One aspect of our current exhibit In A Different Light: Winslow Homer & Frederic Remington, is the examination of the illustration career of both artists as a defining element of their success among the American public. On display is a great example of how Remington’s art was disseminated in printed form with a copy of the December 21, 1889 issue of Harper’s Weekly. Here we have a boisterous group of cowboys in revelry during the beloved Christmas holiday.
In the American West, cowboys, soldiers, and settlers celebrated Christmas in many of the ways some of us do today. But of course, life on the frontier was challenging and unpredictable – gifts and decorations were humbler in nature.
In Army Letters From an Officer’s Wife, 1871-1888 by Frances M.A. Roe, wife of Army Lieutenant Colonel Fayette Washington Roe recalls the first Christmas she and her husband spent in Colorado Territory in 1871. She writes:
“Our first Christmas on the frontier was ever so pleasant, but it certainly was most vexatious not to have that box from home … however, … a number of things came from the girls, and several women of the garrison sent pretty little gifts to me. It was so kind and thoughtful of them to remember that I might be a bit homesick just now. All the little presents were spread out on a table, and in a way to make them present as fine an appearance as possible.”
On the prairie, holiday decorations were often homemade from whatever natural materials were available, like pine-cones, evergreen, nuts and berries. A Christmas tree in every home was not common until the late 1800s and early 1900s, and was more likely to be decorated on the frontier with yarn, ribbon, berries, popcorn strings, paper stings, and cookie dough ornaments.

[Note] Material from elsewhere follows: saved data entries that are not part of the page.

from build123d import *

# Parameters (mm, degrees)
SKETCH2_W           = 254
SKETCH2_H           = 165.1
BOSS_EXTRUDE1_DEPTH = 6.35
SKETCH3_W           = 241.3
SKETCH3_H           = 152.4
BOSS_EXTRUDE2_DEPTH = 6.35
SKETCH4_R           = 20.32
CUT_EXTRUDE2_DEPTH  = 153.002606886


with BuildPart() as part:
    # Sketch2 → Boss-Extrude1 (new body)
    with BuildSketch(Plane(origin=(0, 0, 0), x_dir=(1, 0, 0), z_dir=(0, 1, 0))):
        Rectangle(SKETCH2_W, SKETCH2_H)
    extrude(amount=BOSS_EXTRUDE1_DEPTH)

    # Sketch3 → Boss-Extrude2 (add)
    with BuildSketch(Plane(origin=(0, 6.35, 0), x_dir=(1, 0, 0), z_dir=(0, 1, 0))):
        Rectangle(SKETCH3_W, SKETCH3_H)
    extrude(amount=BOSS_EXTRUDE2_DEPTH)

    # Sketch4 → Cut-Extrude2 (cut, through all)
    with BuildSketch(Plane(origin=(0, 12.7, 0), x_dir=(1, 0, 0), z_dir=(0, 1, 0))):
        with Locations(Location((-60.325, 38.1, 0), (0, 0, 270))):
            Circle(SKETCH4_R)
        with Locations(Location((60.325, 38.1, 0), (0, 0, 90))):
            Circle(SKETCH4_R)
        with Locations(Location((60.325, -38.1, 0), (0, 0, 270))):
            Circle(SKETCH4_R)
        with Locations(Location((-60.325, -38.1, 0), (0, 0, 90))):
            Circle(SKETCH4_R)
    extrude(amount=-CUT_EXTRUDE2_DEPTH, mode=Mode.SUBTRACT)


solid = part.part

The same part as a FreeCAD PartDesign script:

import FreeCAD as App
import Part
import Sketcher

V = App.Vector
Q = App.Units.Quantity

doc = App.newDocument("Part")
body = doc.addObject("PartDesign::Body", "Body")

# Sketch on XZ plane
sketch1 = body.newObject("Sketcher::SketchObject", "Sketch")
sketch1.AttachmentSupport = (doc.getObject("XZ_Plane"), [""])
sketch1.MapMode = "FlatFace"
sketch1.addGeometry(Part.LineSegment(V(-127, -83, 0), V(-127, 83, 0)), False)
sketch1.addGeometry(Part.LineSegment(V(-127, 83, 0), V(127, 83, 0)), False)
sketch1.addGeometry(Part.LineSegment(V(127, 83, 0), V(127, -83, 0)), False)
sketch1.addGeometry(Part.LineSegment(V(127, -83, 0), V(-127, -83, 0)), False)
sketch1.addConstraint(Sketcher.Constraint("Coincident", 0, 2, 1, 1))
sketch1.addConstraint(Sketcher.Constraint("Coincident", 1, 2, 2, 1))
sketch1.addConstraint(Sketcher.Constraint("Coincident", 2, 2, 3, 1))
sketch1.addConstraint(Sketcher.Constraint("Coincident", 3, 2, 0, 1))
sketch1.addConstraint(Sketcher.Constraint("Vertical", 0))
sketch1.addConstraint(Sketcher.Constraint("Horizontal", 1))
sketch1.addConstraint(Sketcher.Constraint("Vertical", 2))
sketch1.addConstraint(Sketcher.Constraint("Horizontal", 3))
sketch1.addConstraint(Sketcher.Constraint("Symmetric", 0, 2, 2, 2, -1, 1))
sketch1.addConstraint(Sketcher.Constraint("DistanceX", 1, 1, 1, 2, Q("10 in")))
sketch1.addConstraint(Sketcher.Constraint("DistanceY", 0, 1, 0, 2, Q("6.5 in")))
pad1 = body.newObject("PartDesign::Pad", "Pad")
pad1.Profile = sketch1
pad1.Length = Q("0.25 in")
pad1.Reversed = True

# Sketch on XZ plane
sketch2 = body.newObject("Sketcher::SketchObject", "Sketch001")
sketch2.AttachmentSupport = (doc.getObject("XZ_Plane"), [""])
sketch2.MapMode = "FlatFace"
sketch2.AttachmentOffset = App.Placement(V(0, 0, -0.25 * 25.4), App.Rotation())
sketch2.addGeometry(Part.LineSegment(V(-121, -76, 0), V(-121, 76, 0)), False)
sketch2.addGeometry(Part.LineSegment(V(-121, 76, 0), V(121, 76, 0)), False)
sketch2.addGeometry(Part.LineSegment(V(121, 76, 0), V(121, -76, 0)), False)
sketch2.addGeometry(Part.LineSegment(V(121, -76, 0), V(-121, -76, 0)), False)
sketch2.addConstraint(Sketcher.Constraint("Coincident", 0, 2, 1, 1))
sketch2.addConstraint(Sketcher.Constraint("Coincident", 1, 2, 2, 1))
sketch2.addConstraint(Sketcher.Constraint("Coincident", 2, 2, 3, 1))
sketch2.addConstraint(Sketcher.Constraint("Coincident", 3, 2, 0, 1))
sketch2.addConstraint(Sketcher.Constraint("Vertical", 0))
sketch2.addConstraint(Sketcher.Constraint("Horizontal", 1))
sketch2.addConstraint(Sketcher.Constraint("Vertical", 2))
sketch2.addConstraint(Sketcher.Constraint("Horizontal", 3))
sketch2.addConstraint(Sketcher.Constraint("Symmetric", 0, 2, 2, 2, -1, 1))
sketch2.addConstraint(Sketcher.Constraint("DistanceY", 0, 1, 0, 2, Q("6 in")))
sketch2.addConstraint(Sketcher.Constraint("DistanceX", 1, 1, 1, 2, Q("9.5 in")))
pad2 = body.newObject("PartDesign::Pad", "Pad001")
pad2.Profile = sketch2
pad2.Length = Q("0.25 in")
pad2.Reversed = True

# Sketch on XZ plane
sketch3 = body.newObject("Sketcher::SketchObject", "Sketch002")
sketch3.AttachmentSupport = (doc.getObject("XZ_Plane"), [""])
sketch3.MapMode = "FlatFace"
sketch3.AttachmentOffset = App.Placement(V(0, 0, -0.5 * 25.4), App.Rotation())
sketch3.addGeometry(Part.Circle(V(-60, -38, 0), V(0, 0, 1), 20), False)
sketch3.addGeometry(Part.Circle(V(60, -38, 0), V(0, 0, 1), 20), False)
sketch3.addGeometry(Part.Circle(V(60, 38, 0), V(0, 0, 1), 20), False)
sketch3.addGeometry(Part.Circle(V(-60, 38, 0), V(0, 0, 1), 20), False)
sketch3.addConstraint(Sketcher.Constraint("Equal", 0, 1))
sketch3.addConstraint(Sketcher.Constraint("Equal", 1, 2))
sketch3.addConstraint(Sketcher.Constraint("Equal", 2, 3))
sketch3.addConstraint(Sketcher.Constraint("Symmetric", 0, 3, 2, 3, -1, 1))
sketch3.addConstraint(Sketcher.Constraint("Symmetric", 1, 3, 3, 3, -1, 1))
sketch3.addConstraint(Sketcher.Constraint("Symmetric", 0, 3, 1, 3, -2))
sketch3.addConstraint(Sketcher.Constraint("Diameter", 0, Q("1.6 in")))
sketch3.addConstraint(Sketcher.Constraint("DistanceY", 1, 3, 2, 3, Q("3 in")))
sketch3.addConstraint(Sketcher.Constraint("DistanceX", 0, 3, 1, 3, Q("4.75 in")))
pocket1 = body.newObject("PartDesign::Pocket", "Pocket")
pocket1.Profile = sketch3
pocket1.Type = "ThroughAll"
pocket1.Reversed = True

doc.recompute()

In her book Little House in the Big Woods, Laura Ingalls Wilder wrote of the preparations for Christmas on the Kansas Prairie:
“Ma was busy all day long, cooking good things for Christmas…She baked vinegar pies and dried-apple pies and filled a big jar with cookies, and she let Laura and Mary lick the cake spoon.” Gifts received included a new tin cup, a peppermint candy, a heart-shaped cake, and a brand-new penny in her stocking – all of which would be considered a wealth of gifts at that time.
In the 1880s, New York newspaper reporter William Lawrence “Larry” Chittenden attended a Cowboy Christmas dance at the Star Hotel in Anson, Texas. He made that event famous with a poem he published in 1890 titled “The Cowboys’ Christmas Ball.” Here’s a few lines from the poem that read:
Where lonesome, tawny prairies melt into airy streams,
While the Double Mountains slumber, in heavenly kinds of dreams;
Where the antelope is grazin’ and the lonely plovers call—
It was there that I attended “The Cowboys’ Christmas Ball.”
Mr. Chittenden eventually became known as the poet-ranchman of Texas, and that poem became a song that was recorded in 1985 by Michael Martin Murphey. The Texas Cowboys’ Christmas Ball remains an annual event in Anson.
I was at a restaurant in Houston and they served vinegar pie. They gave us the history of it, but I still didn’t try it.
Haha! I think I would be hesitant to try a vinegar pie, too.